» Excerpted records:
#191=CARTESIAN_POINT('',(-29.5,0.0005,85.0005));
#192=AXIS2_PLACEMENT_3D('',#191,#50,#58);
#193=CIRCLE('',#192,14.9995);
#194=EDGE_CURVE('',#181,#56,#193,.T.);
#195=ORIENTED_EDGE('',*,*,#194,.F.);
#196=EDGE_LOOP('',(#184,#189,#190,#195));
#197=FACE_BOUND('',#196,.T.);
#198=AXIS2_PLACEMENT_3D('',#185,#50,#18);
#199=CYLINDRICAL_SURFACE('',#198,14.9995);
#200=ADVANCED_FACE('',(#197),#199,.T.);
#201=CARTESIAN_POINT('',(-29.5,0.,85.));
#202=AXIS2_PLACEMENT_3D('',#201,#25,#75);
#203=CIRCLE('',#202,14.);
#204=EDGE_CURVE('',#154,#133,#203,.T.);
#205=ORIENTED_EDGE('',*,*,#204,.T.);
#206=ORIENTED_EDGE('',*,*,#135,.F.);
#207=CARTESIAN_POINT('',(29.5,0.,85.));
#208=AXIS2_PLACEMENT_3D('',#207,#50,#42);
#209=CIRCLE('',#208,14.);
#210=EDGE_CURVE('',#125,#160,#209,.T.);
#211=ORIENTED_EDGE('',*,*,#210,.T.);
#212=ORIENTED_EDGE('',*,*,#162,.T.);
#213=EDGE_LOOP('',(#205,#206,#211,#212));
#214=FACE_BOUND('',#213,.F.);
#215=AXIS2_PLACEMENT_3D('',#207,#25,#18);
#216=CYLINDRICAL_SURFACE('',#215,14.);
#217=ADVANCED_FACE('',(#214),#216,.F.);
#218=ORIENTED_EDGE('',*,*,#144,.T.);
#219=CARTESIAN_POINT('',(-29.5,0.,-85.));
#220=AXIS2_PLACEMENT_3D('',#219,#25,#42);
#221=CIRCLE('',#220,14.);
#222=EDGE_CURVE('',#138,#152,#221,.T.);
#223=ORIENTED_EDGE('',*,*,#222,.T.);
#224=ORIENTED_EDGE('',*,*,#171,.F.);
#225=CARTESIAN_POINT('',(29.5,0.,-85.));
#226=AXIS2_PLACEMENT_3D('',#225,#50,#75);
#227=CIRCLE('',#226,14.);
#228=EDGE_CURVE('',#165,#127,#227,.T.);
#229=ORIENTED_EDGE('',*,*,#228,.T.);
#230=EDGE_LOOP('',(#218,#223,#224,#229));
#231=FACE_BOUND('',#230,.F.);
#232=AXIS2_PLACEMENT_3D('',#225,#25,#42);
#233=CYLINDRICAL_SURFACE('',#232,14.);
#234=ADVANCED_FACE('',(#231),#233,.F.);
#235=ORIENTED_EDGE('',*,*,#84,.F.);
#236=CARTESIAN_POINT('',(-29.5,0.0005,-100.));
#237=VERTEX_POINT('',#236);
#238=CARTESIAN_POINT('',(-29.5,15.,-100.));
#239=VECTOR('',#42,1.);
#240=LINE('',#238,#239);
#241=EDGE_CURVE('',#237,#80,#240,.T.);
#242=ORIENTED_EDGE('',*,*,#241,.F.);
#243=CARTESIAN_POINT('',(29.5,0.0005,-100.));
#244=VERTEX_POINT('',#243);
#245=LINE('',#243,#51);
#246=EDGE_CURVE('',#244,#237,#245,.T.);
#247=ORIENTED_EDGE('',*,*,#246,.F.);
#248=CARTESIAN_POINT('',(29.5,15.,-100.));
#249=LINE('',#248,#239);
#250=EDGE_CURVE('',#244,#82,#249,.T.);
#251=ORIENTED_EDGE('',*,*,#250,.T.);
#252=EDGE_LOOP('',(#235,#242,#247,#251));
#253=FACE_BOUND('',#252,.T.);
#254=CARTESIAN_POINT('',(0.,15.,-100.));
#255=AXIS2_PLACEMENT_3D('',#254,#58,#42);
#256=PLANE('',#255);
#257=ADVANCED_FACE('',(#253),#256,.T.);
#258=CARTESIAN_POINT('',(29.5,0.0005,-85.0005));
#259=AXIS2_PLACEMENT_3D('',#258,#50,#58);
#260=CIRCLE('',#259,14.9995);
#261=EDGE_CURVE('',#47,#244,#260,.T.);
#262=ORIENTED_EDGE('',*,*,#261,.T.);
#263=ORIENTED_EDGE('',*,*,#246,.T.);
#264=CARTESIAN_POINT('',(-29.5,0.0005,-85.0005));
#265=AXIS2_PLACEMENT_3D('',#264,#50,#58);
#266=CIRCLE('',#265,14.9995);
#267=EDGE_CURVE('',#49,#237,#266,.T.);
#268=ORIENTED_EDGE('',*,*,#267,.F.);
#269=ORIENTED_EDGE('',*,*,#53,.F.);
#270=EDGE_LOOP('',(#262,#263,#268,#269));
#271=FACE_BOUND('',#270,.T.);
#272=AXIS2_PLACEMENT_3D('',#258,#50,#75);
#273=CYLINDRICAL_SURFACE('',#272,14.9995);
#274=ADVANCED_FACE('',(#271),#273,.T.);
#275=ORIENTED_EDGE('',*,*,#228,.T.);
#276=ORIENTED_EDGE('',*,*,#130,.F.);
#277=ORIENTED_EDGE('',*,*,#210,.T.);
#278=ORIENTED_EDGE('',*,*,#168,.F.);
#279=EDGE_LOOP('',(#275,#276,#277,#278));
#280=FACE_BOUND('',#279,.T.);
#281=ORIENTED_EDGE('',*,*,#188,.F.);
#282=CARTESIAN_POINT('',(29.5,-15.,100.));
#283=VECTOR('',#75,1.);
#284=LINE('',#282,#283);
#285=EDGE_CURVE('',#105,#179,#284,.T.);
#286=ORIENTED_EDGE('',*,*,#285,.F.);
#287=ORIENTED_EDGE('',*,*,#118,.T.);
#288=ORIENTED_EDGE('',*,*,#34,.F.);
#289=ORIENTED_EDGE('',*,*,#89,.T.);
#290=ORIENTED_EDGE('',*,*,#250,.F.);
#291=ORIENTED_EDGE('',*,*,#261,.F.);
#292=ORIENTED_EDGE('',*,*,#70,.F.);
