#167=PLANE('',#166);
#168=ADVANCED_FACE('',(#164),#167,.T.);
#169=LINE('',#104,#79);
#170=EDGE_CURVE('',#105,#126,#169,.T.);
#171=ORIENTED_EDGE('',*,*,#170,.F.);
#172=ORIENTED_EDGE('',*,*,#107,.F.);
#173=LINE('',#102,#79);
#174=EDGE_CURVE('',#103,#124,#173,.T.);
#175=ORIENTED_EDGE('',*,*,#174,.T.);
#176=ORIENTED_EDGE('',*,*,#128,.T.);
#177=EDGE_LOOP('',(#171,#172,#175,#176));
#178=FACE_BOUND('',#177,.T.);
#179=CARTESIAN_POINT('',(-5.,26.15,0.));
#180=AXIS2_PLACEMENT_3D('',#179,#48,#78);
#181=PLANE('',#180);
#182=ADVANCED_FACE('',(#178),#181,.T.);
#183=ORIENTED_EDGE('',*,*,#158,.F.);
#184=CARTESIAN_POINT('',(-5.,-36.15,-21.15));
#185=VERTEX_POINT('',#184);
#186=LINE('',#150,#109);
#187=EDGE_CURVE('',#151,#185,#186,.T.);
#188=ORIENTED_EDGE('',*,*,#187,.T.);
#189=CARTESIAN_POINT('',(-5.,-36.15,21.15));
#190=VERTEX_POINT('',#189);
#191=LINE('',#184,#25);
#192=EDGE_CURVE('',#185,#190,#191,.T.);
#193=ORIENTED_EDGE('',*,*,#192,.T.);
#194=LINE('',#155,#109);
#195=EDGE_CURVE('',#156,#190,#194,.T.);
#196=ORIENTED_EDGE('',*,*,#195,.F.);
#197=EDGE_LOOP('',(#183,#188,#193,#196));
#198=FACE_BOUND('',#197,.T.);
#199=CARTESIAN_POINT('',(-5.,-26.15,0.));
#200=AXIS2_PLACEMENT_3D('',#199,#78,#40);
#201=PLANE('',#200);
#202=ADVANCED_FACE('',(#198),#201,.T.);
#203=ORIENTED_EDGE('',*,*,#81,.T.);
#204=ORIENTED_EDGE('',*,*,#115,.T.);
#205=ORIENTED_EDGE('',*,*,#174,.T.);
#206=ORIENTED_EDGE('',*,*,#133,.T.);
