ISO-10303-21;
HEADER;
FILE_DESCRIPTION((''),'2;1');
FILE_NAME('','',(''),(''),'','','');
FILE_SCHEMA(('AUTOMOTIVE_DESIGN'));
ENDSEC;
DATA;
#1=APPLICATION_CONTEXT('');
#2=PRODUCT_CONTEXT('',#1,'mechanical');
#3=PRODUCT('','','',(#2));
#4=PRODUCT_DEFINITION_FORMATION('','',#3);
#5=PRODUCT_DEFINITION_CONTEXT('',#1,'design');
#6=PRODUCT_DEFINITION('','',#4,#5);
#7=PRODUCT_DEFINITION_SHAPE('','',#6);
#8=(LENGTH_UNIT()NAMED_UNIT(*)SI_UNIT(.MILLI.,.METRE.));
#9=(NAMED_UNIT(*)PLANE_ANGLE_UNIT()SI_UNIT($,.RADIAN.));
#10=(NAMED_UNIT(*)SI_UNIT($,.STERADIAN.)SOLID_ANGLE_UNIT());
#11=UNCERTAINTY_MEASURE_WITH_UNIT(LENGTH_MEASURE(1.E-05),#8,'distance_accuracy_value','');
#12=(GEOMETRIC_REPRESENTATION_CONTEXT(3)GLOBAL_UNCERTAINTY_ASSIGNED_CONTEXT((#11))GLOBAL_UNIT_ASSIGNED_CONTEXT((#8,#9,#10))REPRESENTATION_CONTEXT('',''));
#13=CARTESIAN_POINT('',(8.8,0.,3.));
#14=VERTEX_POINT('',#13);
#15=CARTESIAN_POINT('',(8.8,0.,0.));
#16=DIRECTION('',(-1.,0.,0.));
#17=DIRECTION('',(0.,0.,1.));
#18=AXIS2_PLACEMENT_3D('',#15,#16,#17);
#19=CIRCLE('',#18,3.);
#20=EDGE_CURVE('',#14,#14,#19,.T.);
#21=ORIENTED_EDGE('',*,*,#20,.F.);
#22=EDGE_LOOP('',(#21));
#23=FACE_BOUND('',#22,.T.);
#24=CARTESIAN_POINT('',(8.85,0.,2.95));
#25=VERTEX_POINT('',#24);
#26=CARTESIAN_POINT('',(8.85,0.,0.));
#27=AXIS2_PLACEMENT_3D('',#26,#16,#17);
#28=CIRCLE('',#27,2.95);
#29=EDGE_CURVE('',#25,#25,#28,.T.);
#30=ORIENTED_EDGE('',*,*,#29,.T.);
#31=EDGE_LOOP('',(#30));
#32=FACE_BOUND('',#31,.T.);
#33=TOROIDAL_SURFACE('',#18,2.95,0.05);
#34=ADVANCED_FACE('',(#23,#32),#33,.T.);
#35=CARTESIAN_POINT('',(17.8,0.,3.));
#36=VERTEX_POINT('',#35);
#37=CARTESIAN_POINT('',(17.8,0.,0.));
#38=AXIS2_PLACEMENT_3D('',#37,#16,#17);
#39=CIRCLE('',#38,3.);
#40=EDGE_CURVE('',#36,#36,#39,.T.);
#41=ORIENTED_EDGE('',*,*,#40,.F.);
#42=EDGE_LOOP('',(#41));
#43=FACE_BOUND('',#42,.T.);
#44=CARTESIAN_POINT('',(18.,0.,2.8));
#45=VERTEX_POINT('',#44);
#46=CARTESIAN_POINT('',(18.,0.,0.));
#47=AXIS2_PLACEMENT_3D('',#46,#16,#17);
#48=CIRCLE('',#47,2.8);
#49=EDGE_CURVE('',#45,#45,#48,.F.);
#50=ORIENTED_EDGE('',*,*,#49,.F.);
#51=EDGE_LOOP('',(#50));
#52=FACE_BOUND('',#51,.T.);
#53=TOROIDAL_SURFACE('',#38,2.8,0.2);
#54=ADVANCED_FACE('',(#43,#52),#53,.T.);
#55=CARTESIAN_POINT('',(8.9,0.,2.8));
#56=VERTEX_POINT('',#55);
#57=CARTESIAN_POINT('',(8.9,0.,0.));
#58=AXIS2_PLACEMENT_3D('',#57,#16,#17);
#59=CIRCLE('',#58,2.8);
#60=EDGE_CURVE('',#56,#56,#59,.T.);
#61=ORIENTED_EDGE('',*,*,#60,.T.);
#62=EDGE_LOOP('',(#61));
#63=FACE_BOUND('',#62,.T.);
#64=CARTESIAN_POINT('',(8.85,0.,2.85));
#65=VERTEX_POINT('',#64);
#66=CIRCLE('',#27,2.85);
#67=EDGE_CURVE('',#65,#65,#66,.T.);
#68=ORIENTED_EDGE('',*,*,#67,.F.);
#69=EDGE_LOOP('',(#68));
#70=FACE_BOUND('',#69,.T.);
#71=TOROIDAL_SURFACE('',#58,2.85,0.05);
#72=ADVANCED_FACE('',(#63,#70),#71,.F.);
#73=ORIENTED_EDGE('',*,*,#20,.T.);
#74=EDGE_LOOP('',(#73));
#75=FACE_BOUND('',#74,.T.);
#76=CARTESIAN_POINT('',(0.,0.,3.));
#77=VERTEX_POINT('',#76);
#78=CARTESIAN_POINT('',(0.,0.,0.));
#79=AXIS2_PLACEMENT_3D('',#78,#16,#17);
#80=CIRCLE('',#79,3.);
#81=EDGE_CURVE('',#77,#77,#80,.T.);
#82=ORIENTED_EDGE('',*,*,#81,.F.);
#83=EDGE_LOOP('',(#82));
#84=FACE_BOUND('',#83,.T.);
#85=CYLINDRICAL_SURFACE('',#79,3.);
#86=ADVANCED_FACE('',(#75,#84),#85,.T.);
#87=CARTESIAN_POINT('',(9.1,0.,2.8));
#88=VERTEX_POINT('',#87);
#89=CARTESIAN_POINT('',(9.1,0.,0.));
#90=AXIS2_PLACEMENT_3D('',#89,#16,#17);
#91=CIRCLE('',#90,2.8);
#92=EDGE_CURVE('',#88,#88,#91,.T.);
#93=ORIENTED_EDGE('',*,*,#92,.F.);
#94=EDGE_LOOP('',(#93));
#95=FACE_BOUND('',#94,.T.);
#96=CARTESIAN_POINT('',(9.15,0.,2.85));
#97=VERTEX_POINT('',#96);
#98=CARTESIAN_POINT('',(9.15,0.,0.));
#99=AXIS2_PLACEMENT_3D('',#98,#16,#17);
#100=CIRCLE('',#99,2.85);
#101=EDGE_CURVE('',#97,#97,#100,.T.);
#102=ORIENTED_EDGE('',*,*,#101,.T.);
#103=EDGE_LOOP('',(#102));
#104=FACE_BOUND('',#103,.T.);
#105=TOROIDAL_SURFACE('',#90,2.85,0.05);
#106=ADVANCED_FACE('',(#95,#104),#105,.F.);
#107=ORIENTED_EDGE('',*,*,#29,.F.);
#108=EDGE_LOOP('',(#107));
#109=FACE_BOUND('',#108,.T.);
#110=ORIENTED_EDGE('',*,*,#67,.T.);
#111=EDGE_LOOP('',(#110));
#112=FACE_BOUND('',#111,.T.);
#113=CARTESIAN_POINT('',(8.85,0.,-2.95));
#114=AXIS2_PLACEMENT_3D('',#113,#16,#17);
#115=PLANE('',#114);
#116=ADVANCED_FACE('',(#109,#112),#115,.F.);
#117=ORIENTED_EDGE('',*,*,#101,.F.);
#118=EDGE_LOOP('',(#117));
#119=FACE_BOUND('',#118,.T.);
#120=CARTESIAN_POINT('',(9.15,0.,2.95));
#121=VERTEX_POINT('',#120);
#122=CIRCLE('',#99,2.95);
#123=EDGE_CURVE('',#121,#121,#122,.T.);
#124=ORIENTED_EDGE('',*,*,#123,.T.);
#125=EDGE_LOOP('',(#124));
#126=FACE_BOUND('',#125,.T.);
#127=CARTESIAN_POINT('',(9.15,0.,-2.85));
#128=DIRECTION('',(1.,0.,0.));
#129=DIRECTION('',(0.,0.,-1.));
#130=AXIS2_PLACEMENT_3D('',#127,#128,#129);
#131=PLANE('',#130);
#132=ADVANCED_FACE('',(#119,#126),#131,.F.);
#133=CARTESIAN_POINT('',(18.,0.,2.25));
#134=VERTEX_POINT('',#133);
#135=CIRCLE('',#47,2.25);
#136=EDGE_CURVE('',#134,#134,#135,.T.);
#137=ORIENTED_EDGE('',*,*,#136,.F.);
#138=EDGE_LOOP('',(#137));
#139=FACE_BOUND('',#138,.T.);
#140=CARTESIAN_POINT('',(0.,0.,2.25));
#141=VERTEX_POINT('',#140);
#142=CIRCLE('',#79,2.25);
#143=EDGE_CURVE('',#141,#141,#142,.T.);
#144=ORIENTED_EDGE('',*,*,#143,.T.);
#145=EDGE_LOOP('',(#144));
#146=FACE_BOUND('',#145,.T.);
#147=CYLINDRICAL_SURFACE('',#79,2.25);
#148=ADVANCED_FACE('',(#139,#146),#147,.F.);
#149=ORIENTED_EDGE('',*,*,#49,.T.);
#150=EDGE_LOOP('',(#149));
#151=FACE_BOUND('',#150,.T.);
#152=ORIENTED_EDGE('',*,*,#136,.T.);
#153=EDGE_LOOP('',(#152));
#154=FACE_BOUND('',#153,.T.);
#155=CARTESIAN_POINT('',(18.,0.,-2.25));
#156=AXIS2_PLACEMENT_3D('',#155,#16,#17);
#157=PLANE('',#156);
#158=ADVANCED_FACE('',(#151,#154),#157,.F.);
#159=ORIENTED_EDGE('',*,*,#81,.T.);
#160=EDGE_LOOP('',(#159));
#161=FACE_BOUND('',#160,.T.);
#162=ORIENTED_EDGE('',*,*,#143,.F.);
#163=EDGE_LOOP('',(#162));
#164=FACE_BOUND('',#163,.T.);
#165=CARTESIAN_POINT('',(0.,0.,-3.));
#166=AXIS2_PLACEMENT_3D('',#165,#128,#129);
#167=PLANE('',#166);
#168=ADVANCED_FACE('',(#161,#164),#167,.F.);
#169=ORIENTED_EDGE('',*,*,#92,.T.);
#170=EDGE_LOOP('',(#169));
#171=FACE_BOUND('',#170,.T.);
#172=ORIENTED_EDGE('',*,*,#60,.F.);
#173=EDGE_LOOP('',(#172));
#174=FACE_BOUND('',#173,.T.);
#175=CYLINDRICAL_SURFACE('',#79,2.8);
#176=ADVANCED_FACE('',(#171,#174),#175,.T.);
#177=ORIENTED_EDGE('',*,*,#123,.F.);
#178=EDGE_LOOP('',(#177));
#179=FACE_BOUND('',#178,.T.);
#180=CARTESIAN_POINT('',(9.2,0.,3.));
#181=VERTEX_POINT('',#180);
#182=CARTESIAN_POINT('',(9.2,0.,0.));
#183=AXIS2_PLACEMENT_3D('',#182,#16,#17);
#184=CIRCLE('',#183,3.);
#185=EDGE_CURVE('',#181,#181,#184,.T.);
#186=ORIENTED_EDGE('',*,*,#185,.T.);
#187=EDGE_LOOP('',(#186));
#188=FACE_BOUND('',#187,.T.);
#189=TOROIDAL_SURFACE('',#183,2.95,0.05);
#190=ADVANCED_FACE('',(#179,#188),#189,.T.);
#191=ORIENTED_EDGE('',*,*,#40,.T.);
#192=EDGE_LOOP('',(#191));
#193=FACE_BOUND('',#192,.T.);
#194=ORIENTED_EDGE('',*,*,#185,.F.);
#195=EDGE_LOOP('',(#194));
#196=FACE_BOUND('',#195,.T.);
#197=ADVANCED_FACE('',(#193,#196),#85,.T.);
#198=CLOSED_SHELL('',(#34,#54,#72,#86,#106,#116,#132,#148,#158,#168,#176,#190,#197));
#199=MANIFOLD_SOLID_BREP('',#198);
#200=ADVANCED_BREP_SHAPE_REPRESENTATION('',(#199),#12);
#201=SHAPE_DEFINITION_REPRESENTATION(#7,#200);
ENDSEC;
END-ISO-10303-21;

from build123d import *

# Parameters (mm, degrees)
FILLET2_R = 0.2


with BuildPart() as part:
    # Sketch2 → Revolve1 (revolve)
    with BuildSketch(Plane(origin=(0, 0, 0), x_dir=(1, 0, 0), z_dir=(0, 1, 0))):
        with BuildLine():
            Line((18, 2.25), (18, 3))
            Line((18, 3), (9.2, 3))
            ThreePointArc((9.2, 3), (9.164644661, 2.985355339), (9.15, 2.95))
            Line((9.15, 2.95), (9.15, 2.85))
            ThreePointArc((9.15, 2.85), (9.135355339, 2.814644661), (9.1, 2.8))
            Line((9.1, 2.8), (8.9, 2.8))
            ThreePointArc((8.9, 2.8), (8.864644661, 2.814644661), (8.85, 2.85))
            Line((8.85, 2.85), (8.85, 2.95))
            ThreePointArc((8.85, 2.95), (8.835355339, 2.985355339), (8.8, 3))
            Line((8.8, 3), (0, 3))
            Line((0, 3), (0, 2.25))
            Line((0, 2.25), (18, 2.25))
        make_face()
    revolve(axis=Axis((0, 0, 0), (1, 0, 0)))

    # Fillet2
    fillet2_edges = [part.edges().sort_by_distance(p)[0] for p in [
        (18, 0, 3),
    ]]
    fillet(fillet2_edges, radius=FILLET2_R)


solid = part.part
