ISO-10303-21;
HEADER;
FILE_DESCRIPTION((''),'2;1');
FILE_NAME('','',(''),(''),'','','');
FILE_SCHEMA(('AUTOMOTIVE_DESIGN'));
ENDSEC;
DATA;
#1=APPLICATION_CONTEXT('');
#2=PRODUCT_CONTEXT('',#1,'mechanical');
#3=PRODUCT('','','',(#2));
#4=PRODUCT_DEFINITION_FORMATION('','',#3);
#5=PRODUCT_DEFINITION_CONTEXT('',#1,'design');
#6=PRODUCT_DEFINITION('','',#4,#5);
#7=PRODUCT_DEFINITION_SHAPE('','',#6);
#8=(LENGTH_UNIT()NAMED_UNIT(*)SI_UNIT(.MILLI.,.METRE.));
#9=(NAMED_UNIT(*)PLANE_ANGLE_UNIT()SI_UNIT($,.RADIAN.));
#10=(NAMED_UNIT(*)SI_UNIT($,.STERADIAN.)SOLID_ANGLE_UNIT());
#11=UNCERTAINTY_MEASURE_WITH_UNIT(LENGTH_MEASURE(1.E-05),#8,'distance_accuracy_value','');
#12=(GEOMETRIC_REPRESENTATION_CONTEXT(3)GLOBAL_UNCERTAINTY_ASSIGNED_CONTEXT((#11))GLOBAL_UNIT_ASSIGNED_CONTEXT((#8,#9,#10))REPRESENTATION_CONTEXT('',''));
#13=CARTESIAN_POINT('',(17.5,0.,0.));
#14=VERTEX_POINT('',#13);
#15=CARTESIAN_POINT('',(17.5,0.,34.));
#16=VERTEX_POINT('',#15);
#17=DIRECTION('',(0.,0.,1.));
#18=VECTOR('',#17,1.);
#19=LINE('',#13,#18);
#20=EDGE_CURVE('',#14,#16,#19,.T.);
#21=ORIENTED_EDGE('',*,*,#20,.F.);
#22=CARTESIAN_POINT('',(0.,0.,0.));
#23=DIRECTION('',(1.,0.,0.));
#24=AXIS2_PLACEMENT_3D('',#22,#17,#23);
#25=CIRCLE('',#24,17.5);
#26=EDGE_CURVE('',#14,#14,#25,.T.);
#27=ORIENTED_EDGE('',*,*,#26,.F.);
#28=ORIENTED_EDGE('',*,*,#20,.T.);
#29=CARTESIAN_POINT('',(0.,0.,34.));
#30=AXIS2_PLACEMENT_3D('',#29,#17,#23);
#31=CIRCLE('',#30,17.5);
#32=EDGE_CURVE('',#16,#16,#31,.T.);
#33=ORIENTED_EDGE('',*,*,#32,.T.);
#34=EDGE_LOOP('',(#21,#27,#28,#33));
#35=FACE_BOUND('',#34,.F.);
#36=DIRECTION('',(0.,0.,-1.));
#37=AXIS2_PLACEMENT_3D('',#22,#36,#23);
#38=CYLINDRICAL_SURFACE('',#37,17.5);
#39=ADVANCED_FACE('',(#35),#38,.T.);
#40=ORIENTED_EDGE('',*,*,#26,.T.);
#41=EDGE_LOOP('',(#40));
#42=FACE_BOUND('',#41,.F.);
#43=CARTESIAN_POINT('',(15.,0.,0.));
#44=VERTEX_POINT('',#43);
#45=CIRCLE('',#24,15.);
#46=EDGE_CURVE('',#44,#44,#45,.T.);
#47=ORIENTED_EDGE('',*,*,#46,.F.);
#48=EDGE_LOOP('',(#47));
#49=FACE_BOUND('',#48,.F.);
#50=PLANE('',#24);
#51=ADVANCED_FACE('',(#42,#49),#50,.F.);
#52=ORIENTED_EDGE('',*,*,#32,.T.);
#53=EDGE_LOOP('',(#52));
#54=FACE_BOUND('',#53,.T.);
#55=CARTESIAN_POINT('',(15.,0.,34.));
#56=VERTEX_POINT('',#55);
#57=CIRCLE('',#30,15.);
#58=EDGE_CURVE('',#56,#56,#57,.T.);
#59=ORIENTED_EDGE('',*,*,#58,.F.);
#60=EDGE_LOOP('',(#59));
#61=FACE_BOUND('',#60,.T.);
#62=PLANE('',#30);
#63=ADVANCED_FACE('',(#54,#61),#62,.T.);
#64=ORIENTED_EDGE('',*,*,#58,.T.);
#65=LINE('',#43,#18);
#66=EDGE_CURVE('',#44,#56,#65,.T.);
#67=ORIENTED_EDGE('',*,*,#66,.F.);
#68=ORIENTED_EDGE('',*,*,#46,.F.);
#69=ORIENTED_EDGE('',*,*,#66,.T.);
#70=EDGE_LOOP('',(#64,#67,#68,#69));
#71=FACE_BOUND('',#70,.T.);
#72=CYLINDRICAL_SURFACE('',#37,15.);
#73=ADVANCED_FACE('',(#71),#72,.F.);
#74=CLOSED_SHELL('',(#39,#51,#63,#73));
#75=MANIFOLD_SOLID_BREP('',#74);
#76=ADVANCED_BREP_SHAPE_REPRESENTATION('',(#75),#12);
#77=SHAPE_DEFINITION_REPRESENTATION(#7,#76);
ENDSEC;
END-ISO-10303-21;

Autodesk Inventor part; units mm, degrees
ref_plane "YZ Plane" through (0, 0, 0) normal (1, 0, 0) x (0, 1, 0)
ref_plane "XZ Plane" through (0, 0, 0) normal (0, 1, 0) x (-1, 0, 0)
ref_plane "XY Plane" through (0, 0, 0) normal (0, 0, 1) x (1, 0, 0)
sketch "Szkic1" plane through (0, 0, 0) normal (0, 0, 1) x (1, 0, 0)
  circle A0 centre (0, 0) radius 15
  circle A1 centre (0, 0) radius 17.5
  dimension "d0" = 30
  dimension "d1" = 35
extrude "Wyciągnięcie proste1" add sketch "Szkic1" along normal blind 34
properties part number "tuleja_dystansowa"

» Exercise aim: From the records above, reproduce exactly the lines from the one with "#228=EDGE_CURVE('',#165,#127,#227,.T.);" to the one with "#257=ADVANCED_FACE('',(#253),#256,.T.);", both included, and no others.

» Solution below:
#228=EDGE_CURVE('',#165,#127,#227,.T.);
#229=ORIENTED_EDGE('',*,*,#228,.T.);
#230=EDGE_LOOP('',(#218,#223,#224,#229));
#231=FACE_BOUND('',#230,.F.);
#232=AXIS2_PLACEMENT_3D('',#225,#25,#42);
#233=CYLINDRICAL_SURFACE('',#232,14.);
#234=ADVANCED_FACE('',(#231),#233,.F.);
#235=ORIENTED_EDGE('',*,*,#84,.F.);
#236=CARTESIAN_POINT('',(-29.5,0.0005,-100.));
#237=VERTEX_POINT('',#236);
#238=CARTESIAN_POINT('',(-29.5,15.,-100.));
#239=VECTOR('',#42,1.);
#240=LINE('',#238,#239);
#241=EDGE_CURVE('',#237,#80,#240,.T.);
#242=ORIENTED_EDGE('',*,*,#241,.F.);
#243=CARTESIAN_POINT('',(29.5,0.0005,-100.));
#244=VERTEX_POINT('',#243);
#245=LINE('',#243,#51);
#246=EDGE_CURVE('',#244,#237,#245,.T.);
#247=ORIENTED_EDGE('',*,*,#246,.F.);
#248=CARTESIAN_POINT('',(29.5,15.,-100.));
#249=LINE('',#248,#239);
#250=EDGE_CURVE('',#244,#82,#249,.T.);
#251=ORIENTED_EDGE('',*,*,#250,.T.);
#252=EDGE_LOOP('',(#235,#242,#247,#251));
#253=FACE_BOUND('',#252,.T.);
#254=CARTESIAN_POINT('',(0.,15.,-100.));
#255=AXIS2_PLACEMENT_3D('',#254,#58,#42);
#256=PLANE('',#255);
#257=ADVANCED_FACE('',(#253),#256,.T.);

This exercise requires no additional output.